Kylian Mbappé a quitté les Bleus juste après son doublé contre l’Ukraine (4-0). Officiellement, une inflammation à la cheville droite oblige le capitaine tricolore à rentrer à Madrid pour passer des examens. Officieusement… la presse espagnole affirme qu’aucun rendez-vous médical n’est prévu.

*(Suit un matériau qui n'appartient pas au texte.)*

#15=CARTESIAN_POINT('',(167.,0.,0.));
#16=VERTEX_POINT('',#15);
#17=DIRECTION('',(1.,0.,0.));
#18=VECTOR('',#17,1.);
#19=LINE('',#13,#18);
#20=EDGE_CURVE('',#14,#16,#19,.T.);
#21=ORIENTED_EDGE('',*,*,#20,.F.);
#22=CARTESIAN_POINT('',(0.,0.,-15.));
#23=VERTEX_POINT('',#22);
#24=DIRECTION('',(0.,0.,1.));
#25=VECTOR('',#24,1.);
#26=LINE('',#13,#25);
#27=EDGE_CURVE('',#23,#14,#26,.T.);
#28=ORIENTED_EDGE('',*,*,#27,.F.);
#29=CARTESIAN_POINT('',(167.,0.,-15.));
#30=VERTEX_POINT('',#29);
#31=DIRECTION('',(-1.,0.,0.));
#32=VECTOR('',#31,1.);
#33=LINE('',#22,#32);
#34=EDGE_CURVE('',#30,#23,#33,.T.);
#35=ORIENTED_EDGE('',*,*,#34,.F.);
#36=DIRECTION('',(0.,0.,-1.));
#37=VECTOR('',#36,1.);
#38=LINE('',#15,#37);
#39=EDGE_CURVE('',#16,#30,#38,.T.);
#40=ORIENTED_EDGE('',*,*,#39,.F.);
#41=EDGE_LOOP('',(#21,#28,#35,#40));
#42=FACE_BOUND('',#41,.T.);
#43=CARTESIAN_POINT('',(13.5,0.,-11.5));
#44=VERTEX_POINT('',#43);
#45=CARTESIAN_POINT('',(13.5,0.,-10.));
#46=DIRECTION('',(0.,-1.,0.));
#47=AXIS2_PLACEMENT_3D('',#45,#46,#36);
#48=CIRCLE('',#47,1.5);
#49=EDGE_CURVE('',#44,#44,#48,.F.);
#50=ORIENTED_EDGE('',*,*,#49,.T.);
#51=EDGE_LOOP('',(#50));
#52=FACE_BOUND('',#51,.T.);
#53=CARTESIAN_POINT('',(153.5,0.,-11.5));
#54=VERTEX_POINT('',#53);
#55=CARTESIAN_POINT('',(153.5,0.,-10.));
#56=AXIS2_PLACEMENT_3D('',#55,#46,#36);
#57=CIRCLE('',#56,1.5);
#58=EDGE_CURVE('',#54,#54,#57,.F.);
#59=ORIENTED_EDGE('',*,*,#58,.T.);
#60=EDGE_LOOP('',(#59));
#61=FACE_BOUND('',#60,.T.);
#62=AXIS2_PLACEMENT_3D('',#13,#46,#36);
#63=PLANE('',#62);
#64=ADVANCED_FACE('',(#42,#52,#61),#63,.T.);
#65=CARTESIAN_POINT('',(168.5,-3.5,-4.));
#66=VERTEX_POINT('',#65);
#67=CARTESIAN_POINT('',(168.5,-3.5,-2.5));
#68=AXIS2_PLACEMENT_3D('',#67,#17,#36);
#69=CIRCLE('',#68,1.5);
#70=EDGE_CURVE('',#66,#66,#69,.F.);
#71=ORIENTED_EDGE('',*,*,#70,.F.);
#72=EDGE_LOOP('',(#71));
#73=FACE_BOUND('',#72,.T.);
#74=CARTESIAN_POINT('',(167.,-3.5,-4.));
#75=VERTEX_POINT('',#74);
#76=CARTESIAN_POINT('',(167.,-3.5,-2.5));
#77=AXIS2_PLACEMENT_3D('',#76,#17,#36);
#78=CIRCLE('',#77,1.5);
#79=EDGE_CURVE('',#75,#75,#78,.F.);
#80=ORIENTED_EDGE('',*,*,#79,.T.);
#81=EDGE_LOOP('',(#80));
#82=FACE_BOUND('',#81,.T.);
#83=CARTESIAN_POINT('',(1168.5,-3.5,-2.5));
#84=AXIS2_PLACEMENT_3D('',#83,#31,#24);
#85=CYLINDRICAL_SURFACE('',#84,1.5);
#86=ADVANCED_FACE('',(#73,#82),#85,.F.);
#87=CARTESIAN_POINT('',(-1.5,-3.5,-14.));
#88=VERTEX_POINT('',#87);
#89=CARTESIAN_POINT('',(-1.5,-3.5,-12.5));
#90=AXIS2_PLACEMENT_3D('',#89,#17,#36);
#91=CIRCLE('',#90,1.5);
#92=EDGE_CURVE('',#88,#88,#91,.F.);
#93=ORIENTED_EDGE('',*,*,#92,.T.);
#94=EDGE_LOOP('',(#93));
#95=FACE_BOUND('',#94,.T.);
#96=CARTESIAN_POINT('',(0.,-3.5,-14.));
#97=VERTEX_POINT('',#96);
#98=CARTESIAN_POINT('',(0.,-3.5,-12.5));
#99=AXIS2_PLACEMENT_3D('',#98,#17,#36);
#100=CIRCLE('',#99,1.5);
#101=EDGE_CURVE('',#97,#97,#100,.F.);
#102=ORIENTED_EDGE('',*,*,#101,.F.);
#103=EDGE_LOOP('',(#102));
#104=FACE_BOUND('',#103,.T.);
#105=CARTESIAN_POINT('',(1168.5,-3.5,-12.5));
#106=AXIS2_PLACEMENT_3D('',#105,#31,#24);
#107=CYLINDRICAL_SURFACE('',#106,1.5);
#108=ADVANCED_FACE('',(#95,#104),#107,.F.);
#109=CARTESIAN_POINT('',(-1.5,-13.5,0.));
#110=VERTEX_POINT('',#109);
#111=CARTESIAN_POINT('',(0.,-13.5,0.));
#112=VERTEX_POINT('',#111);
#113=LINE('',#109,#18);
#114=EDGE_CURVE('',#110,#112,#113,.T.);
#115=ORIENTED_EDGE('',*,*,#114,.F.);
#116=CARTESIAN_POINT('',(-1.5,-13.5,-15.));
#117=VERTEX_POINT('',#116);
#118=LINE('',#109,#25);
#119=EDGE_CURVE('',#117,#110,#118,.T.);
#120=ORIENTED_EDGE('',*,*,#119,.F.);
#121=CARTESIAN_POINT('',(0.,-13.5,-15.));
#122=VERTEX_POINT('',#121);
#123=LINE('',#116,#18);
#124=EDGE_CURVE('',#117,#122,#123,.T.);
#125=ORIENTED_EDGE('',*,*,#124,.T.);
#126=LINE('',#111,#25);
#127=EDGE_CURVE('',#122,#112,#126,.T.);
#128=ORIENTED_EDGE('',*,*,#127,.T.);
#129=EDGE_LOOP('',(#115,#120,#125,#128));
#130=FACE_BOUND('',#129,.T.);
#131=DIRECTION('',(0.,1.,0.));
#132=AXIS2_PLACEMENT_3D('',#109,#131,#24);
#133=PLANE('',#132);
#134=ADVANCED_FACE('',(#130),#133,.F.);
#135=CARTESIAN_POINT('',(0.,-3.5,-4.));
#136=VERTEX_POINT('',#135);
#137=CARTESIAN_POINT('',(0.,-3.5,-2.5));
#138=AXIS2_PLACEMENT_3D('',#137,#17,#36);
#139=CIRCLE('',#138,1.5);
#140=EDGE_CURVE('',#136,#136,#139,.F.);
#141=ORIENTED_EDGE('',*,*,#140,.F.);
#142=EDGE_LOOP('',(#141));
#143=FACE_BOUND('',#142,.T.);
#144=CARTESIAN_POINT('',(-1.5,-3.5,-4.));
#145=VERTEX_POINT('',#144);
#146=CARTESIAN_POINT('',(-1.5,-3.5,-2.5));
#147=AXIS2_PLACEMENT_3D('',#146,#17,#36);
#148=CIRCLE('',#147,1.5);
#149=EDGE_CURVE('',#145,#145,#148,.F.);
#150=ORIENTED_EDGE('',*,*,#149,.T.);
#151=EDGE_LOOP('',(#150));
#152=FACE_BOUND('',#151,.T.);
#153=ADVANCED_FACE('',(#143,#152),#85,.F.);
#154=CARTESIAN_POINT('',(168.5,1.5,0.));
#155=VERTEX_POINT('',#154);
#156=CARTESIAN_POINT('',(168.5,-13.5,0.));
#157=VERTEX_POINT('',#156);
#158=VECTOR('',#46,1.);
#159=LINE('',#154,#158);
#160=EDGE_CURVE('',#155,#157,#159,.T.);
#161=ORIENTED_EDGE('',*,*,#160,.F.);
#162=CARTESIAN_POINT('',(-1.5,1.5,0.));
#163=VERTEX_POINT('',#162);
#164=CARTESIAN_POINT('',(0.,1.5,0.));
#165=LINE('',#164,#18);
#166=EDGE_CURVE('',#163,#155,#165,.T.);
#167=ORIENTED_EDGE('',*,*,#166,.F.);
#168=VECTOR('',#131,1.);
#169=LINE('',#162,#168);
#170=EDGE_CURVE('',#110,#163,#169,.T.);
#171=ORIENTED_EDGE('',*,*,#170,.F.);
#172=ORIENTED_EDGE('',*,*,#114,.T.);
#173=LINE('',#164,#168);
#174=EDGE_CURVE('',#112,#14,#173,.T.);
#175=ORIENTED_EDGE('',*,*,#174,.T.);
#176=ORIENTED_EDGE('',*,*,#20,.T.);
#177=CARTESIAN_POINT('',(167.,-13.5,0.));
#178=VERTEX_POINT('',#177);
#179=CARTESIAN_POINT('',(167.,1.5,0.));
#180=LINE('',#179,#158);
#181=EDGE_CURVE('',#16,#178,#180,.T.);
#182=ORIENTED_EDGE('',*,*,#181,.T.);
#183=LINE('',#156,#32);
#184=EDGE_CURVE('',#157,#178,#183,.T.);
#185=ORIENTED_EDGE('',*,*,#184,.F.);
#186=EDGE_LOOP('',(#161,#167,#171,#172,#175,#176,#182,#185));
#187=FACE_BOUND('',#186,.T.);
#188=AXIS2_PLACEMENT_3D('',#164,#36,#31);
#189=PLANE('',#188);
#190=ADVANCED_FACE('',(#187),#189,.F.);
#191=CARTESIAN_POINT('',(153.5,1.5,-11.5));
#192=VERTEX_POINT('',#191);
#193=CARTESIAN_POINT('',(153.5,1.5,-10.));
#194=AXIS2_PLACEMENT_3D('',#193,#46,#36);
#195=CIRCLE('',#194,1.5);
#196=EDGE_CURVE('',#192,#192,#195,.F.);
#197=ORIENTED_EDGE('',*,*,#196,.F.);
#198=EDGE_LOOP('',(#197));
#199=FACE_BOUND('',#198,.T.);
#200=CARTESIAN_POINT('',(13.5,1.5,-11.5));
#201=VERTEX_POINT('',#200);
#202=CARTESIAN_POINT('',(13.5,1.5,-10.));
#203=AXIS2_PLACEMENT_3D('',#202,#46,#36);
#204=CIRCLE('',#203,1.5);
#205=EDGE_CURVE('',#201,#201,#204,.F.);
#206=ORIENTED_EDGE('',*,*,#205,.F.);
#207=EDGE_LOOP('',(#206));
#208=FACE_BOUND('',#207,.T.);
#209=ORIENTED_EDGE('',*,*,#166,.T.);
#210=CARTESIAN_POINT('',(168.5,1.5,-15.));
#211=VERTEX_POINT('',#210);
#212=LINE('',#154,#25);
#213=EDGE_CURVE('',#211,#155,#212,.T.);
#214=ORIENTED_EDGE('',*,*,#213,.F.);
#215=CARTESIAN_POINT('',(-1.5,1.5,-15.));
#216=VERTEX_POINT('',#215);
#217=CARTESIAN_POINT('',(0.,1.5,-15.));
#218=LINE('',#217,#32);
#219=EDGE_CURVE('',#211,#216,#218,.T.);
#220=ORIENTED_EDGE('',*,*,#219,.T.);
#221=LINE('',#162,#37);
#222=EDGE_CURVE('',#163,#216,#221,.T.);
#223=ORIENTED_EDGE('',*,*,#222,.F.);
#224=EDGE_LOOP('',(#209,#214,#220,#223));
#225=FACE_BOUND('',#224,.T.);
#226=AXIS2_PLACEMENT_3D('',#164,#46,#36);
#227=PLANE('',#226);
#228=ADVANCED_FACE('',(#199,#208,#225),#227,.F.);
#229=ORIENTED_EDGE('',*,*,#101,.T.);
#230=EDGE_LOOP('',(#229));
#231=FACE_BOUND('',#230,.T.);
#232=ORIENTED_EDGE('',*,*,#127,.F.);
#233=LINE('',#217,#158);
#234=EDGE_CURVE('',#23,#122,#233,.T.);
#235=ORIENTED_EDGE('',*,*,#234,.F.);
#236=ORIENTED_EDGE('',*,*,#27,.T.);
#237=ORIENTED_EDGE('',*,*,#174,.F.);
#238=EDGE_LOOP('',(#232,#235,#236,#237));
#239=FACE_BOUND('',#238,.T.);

Et en France, les soupçons reprennent de plus belle.

Le timing interroge : un pépin physique qui tombe exactement avant un déplacement long, pénible et sans enjeu en Azerbaïdjan. Une histoire déjà vue pour plusieurs stars internationales, Mbappé compris, et qui relance le débat sur les fameuses « blessures diplomatiques » parfois inventées par les clubs pour soustraire leurs stars des sélections internationales.

Rothen dézingue : “Il invente une blessure”

Jérôme Rothen n’a pas mâché ses mots sur RMC. Pour lui, c’est clair : Mbappé bénéficie d’un traitement à part. « À 4-0, on se demandait lequel allait inventer une blessure pour ne pas aller à Bakou », lâche l’ex-international. « Il est capitaine, très bien. Mais ses coéquipiers aussi sont fatigués. Ils n’ont pas envie de jouer un match cacahuète, mais eux, ils y vont. Mbappé, non. Ce deux poids, deux mesures peut créer des tensions dans le vestiaire. Certains en ont ras-la-casquette. »

Barcola, 50%… mais dans l’avion

Ce qui accentue le malaise : d’autres joueurs, épuisés eux aussi, n’ont pas eu droit au même “traitement de faveur”. Bradley Barcola, notamment, est annoncé à seulement 50% de ses capacités par son entourage. Et pourtant, lui est du voyage pour Bakou. Une différence de traitement relevée par de nombreux supporters du PSG, qui dénoncent une hiérarchie variable selon l’aura du joueur.

Douteux pour les supporters du PSG

La Fédération valide la version médicale. Les observateurs, eux, se divisent entre prudence… et scepticisme total. Ce qui est certain : Mbappé ne jouera pas en Azerbaïdjan, et ce départ anticipé laisse derrière lui une petite polémique que Deschamps devra gérer dans le vestiaire. La question reste ouverte : prudence médicale… ou privilège de superstar ?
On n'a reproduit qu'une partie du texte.